## [Problem details]
Up through the line that contains "v 22.621 0 10.645", retype the entries exactly, beginning at the very first line.

....

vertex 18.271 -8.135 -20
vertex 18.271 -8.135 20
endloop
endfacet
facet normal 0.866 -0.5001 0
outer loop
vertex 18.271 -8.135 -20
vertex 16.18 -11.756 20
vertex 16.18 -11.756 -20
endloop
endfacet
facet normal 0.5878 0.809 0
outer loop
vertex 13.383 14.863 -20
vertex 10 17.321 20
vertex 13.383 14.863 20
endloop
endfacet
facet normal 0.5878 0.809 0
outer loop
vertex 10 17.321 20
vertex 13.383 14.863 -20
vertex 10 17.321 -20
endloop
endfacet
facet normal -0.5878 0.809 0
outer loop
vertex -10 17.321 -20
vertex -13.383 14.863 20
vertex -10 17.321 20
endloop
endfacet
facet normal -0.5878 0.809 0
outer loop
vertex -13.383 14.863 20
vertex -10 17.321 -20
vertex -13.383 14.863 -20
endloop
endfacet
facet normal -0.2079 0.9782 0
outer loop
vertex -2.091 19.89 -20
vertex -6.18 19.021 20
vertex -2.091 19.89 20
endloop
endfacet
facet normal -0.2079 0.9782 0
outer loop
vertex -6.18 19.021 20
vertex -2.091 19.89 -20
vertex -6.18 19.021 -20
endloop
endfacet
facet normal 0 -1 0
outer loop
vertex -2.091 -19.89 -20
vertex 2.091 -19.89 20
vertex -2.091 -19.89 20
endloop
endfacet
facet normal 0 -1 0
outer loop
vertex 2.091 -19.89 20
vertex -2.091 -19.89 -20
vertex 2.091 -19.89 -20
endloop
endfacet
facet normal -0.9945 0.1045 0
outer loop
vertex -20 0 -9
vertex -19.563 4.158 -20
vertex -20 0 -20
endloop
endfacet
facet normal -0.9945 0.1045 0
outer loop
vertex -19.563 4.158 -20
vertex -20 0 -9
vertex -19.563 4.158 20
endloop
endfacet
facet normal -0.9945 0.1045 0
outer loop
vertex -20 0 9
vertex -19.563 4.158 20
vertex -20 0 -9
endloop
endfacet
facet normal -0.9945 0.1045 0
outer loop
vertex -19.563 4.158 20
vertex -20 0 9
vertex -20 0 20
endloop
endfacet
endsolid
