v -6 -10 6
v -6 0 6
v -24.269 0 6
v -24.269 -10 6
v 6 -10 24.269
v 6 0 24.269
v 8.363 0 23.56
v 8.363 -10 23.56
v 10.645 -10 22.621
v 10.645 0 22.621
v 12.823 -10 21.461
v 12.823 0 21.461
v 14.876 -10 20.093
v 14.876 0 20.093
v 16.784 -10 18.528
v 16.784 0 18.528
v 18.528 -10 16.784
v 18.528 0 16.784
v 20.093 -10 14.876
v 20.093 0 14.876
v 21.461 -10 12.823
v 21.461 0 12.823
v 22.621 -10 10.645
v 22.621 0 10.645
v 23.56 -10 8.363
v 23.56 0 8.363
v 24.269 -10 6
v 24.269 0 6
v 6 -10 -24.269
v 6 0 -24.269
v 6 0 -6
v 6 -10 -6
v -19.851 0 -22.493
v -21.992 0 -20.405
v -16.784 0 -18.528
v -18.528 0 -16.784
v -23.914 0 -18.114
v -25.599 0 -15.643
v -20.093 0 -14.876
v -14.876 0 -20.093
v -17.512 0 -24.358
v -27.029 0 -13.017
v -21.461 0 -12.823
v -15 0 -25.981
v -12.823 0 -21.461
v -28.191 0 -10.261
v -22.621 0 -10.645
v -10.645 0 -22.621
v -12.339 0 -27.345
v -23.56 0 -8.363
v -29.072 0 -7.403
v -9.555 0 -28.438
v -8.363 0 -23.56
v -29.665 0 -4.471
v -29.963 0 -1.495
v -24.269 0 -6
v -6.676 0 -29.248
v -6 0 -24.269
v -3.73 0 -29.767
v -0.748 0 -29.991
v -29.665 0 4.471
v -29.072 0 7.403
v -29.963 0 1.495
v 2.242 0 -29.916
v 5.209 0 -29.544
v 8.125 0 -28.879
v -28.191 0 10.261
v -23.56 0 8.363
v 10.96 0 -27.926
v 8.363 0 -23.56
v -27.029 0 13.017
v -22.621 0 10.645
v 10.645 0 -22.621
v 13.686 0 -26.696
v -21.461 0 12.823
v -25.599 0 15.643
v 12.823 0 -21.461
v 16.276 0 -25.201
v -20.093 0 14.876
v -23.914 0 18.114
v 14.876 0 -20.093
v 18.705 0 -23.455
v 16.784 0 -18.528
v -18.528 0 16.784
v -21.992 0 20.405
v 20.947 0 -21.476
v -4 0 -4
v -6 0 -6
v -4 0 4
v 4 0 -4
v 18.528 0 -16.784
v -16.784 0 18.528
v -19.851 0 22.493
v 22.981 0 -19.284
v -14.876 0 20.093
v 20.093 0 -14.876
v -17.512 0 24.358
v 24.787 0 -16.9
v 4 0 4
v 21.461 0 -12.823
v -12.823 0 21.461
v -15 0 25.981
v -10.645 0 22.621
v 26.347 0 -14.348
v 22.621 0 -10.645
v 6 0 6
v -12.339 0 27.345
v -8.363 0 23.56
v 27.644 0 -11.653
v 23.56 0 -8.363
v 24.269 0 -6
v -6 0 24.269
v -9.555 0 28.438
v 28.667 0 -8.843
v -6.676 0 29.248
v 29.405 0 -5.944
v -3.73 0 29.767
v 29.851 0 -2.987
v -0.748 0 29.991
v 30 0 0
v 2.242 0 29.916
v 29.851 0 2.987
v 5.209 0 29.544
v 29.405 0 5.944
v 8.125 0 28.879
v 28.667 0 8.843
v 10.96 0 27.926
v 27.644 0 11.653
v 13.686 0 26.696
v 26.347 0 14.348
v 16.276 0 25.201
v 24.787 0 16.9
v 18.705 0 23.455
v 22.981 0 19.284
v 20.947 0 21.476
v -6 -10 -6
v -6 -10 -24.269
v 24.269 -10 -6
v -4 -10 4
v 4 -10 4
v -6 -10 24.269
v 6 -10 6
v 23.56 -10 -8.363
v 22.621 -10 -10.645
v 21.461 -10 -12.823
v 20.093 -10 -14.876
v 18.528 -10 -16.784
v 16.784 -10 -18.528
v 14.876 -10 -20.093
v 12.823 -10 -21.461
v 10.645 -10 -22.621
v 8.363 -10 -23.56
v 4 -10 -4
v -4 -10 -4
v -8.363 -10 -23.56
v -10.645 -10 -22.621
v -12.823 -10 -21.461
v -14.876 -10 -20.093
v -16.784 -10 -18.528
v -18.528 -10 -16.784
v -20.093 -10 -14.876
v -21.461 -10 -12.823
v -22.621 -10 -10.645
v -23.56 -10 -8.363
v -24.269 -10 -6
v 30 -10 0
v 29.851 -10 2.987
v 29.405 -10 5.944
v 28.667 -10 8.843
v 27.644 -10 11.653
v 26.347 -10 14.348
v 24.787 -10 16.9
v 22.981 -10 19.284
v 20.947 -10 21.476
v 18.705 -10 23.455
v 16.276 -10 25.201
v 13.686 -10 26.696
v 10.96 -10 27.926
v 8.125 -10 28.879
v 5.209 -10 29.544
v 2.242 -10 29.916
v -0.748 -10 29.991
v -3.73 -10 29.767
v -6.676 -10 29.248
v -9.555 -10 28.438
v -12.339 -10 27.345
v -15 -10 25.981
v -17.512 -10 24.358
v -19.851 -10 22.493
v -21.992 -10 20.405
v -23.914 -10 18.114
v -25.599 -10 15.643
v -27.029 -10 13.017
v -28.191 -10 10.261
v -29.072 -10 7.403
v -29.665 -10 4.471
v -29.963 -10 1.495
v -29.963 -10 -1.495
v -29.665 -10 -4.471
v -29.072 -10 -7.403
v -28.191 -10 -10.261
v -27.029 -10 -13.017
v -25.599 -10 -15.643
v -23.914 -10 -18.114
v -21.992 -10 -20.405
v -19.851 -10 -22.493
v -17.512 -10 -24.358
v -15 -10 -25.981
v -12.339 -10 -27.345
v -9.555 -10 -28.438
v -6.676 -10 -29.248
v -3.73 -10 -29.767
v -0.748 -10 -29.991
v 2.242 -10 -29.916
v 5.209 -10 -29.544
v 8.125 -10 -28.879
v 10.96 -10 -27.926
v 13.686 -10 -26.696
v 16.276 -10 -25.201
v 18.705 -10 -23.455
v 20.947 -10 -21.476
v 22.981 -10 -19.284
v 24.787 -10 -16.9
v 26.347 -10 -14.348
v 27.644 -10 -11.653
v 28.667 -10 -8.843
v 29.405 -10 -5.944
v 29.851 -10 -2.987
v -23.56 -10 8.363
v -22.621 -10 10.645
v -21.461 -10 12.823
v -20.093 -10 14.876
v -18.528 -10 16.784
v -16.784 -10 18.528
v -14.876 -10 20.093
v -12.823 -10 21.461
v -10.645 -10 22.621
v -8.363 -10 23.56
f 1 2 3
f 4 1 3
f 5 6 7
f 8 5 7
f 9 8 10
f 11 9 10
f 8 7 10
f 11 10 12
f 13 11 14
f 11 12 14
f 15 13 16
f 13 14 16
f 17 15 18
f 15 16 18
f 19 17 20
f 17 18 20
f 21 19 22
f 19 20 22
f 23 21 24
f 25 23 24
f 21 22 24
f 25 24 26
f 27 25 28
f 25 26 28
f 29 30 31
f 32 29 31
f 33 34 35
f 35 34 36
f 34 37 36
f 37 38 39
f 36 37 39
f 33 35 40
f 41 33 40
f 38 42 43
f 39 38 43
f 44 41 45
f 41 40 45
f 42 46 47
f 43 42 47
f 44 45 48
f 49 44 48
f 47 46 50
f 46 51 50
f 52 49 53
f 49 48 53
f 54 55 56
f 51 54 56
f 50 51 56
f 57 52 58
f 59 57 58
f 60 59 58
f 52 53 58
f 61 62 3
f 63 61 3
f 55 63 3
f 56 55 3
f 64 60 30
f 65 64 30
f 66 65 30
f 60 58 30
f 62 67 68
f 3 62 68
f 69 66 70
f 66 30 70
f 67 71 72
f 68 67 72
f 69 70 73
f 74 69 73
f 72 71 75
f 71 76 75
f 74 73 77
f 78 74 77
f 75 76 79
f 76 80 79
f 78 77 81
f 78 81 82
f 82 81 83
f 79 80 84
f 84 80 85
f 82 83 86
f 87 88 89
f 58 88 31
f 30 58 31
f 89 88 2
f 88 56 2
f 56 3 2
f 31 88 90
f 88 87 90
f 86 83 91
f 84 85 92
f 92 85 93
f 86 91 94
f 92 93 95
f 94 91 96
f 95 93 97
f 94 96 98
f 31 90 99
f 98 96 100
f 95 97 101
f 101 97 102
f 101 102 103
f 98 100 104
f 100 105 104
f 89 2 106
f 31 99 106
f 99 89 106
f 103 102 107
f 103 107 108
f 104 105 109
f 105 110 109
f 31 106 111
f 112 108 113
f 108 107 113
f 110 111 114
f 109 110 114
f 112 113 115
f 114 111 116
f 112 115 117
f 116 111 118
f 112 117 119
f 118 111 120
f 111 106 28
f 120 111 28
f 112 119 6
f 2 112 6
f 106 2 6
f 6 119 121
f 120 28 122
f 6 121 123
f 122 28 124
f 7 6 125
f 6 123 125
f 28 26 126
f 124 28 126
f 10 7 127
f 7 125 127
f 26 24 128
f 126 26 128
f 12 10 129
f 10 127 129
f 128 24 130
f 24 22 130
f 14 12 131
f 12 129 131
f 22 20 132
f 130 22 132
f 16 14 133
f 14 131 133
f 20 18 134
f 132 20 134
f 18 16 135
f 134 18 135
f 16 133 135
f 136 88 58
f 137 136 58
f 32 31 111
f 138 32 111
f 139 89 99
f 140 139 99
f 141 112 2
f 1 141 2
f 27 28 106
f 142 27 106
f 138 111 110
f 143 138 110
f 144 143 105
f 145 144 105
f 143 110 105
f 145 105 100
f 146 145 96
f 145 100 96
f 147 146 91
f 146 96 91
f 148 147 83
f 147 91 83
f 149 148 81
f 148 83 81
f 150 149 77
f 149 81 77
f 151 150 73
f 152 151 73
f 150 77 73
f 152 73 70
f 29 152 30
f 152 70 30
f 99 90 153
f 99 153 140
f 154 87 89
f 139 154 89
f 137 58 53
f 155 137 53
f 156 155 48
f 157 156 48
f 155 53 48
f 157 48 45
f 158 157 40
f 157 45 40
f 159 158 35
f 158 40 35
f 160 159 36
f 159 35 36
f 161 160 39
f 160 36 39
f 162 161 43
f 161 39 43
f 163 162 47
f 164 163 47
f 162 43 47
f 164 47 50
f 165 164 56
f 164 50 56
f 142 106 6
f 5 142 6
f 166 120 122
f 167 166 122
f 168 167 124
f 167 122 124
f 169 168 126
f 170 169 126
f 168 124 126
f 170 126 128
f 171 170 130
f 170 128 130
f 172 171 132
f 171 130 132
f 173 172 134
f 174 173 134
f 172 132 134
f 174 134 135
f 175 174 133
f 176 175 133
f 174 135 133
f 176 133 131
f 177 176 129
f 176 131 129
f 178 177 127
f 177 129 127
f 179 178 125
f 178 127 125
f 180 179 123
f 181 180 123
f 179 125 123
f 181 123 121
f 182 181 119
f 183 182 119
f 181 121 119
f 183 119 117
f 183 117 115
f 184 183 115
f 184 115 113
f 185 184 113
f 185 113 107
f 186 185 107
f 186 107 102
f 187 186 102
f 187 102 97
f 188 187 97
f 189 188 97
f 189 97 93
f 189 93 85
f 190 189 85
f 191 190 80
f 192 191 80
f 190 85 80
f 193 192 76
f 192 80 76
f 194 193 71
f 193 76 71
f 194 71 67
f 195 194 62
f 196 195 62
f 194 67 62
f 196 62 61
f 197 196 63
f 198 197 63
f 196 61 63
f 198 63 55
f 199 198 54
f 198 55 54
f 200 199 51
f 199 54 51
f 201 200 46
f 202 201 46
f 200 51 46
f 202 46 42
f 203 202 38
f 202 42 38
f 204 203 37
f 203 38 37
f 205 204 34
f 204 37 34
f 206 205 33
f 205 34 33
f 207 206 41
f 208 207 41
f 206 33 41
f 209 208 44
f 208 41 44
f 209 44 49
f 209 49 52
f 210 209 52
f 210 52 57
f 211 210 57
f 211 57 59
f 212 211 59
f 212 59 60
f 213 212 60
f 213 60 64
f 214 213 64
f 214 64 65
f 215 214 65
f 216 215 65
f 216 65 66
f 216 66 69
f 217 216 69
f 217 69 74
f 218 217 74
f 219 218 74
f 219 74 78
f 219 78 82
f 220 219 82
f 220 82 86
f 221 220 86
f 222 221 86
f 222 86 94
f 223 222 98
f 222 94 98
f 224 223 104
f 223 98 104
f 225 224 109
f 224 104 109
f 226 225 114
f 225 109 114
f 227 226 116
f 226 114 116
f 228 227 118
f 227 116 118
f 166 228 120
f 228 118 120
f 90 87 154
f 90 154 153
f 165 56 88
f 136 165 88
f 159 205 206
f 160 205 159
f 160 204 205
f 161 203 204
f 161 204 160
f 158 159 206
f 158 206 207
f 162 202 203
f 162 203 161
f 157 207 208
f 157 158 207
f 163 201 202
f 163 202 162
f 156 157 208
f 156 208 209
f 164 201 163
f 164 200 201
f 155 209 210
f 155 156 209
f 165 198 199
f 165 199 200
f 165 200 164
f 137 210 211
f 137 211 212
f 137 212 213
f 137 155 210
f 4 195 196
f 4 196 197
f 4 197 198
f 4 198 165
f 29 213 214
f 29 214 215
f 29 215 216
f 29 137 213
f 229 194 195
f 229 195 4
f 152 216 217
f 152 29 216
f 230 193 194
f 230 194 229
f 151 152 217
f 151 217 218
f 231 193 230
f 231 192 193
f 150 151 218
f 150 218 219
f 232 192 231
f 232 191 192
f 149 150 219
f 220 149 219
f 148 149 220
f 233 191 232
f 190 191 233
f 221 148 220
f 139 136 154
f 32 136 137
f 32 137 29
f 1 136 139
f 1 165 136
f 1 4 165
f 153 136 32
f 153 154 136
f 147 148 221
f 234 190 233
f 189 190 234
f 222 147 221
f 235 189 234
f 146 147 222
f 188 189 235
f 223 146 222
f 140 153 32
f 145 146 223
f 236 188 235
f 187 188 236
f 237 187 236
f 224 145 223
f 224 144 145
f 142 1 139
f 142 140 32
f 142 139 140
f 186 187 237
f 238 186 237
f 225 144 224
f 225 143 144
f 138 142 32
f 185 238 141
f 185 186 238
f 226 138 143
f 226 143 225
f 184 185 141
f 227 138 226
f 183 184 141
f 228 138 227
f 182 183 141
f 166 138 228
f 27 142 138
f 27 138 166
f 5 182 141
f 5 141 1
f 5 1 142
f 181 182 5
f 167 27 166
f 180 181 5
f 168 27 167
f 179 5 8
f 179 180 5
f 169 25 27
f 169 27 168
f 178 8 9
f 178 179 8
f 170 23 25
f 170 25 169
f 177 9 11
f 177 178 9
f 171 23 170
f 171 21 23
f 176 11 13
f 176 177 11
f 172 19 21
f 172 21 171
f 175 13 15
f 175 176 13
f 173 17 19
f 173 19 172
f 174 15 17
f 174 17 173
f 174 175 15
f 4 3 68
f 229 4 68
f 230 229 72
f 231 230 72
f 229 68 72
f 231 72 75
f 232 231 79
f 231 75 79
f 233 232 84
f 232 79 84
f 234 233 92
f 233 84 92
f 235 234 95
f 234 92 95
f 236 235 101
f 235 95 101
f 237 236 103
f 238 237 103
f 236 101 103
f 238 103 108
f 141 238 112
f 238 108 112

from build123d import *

# Parameters (mm, degrees)
F0_R     = 30
F0_W     = 8
F0_H     = 8
F1_DEPTH = 10


with BuildPart() as f1:
    # F0 (on Front) → F1 (new body)
    with BuildSketch(Plane.XZ):
        Circle(F0_R)
        with BuildLine():
            Line((-6, -6), (-6, -24.269322))
            ThreePointArc((-6, -24.269322), (-17.67767, -17.67767), (-24.269322, -6))
            Line((-24.269322, -6), (-6, -6))
        make_face(mode=Mode.SUBTRACT)
        with BuildLine():
            Line((6, -6), (24.269322, -6))
            ThreePointArc((24.269322, -6), (17.67767, -17.67767), (6, -24.269322))
            Line((6, -24.269322), (6, -6))
        make_face(mode=Mode.SUBTRACT)
        with BuildLine():
            Line((-6, 24.269322), (-6, 6))
            Line((-6, 6), (-24.269322, 6))
            ThreePointArc((-24.269322, 6), (-17.67767, 17.67767), (-6, 24.269322))
        make_face(mode=Mode.SUBTRACT)
        Rectangle(F0_W, F0_H, mode=Mode.SUBTRACT)
        with BuildLine():
            ThreePointArc((6, 24.269322), (17.67767, 17.67767), (24.269322, 6))
            Line((24.269322, 6), (6, 6))
            Line((6, 6), (6, 24.269322))
        make_face(mode=Mode.SUBTRACT)
    extrude(amount=F1_DEPTH)


solid = f1.part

....

## [Result below]
vertex 18.271 -8.135 -20
vertex 18.271 -8.135 20
endloop
endfacet
facet normal 0.866 -0.5001 0
outer loop
vertex 18.271 -8.135 -20
vertex 16.18 -11.756 20
vertex 16.18 -11.756 -20
endloop
endfacet
facet normal 0.5878 0.809 0
outer loop
vertex 13.383 14.863 -20
vertex 10 17.321 20
vertex 13.383 14.863 20
endloop
endfacet
facet normal 0.5878 0.809 0
outer loop
vertex 10 17.321 20
vertex 13.383 14.863 -20
vertex 10 17.321 -20
endloop
endfacet
facet normal -0.5878 0.809 0
outer loop
vertex -10 17.321 -20
vertex -13.383 14.863 20
vertex -10 17.321 20
endloop
endfacet
facet normal -0.5878 0.809 0
outer loop
vertex -13.383 14.863 20
vertex -10 17.321 -20
vertex -13.383 14.863 -20
endloop
endfacet
facet normal -0.2079 0.9782 0
outer loop
vertex -2.091 19.89 -20
vertex -6.18 19.021 20
vertex -2.091 19.89 20
endloop
endfacet
facet normal -0.2079 0.9782 0
outer loop
vertex -6.18 19.021 20
vertex -2.091 19.89 -20
vertex -6.18 19.021 -20
endloop
endfacet
facet normal 0 -1 0
outer loop
vertex -2.091 -19.89 -20
vertex 2.091 -19.89 20
vertex -2.091 -19.89 20
endloop
endfacet
facet normal 0 -1 0
outer loop
vertex 2.091 -19.89 20
vertex -2.091 -19.89 -20
vertex 2.091 -19.89 -20
endloop
endfacet
facet normal -0.9945 0.1045 0
outer loop
vertex -20 0 -9
vertex -19.563 4.158 -20
vertex -20 0 -20
endloop
endfacet
facet normal -0.9945 0.1045 0
outer loop
vertex -19.563 4.158 -20
vertex -20 0 -9
vertex -19.563 4.158 20
endloop
endfacet
facet normal -0.9945 0.1045 0
outer loop
vertex -20 0 9
vertex -19.563 4.158 20
vertex -20 0 -9
endloop
endfacet
facet normal -0.9945 0.1045 0
outer loop
vertex -19.563 4.158 20
vertex -20 0 9
vertex -20 0 20
endloop
endfacet
endsolid
v -6 -10 6
v -6 0 6
v -24.269 0 6
v -24.269 -10 6
v 6 -10 24.269
v 6 0 24.269
v 8.363 0 23.56
v 8.363 -10 23.56
v 10.645 -10 22.621
v 10.645 0 22.621
v 12.823 -10 21.461
v 12.823 0 21.461
v 14.876 -10 20.093
v 14.876 0 20.093
v 16.784 -10 18.528
v 16.784 0 18.528
v 18.528 -10 16.784
v 18.528 0 16.784
v 20.093 -10 14.876
v 20.093 0 14.876
v 21.461 -10 12.823
v 21.461 0 12.823
v 22.621 -10 10.645
v 22.621 0 10.645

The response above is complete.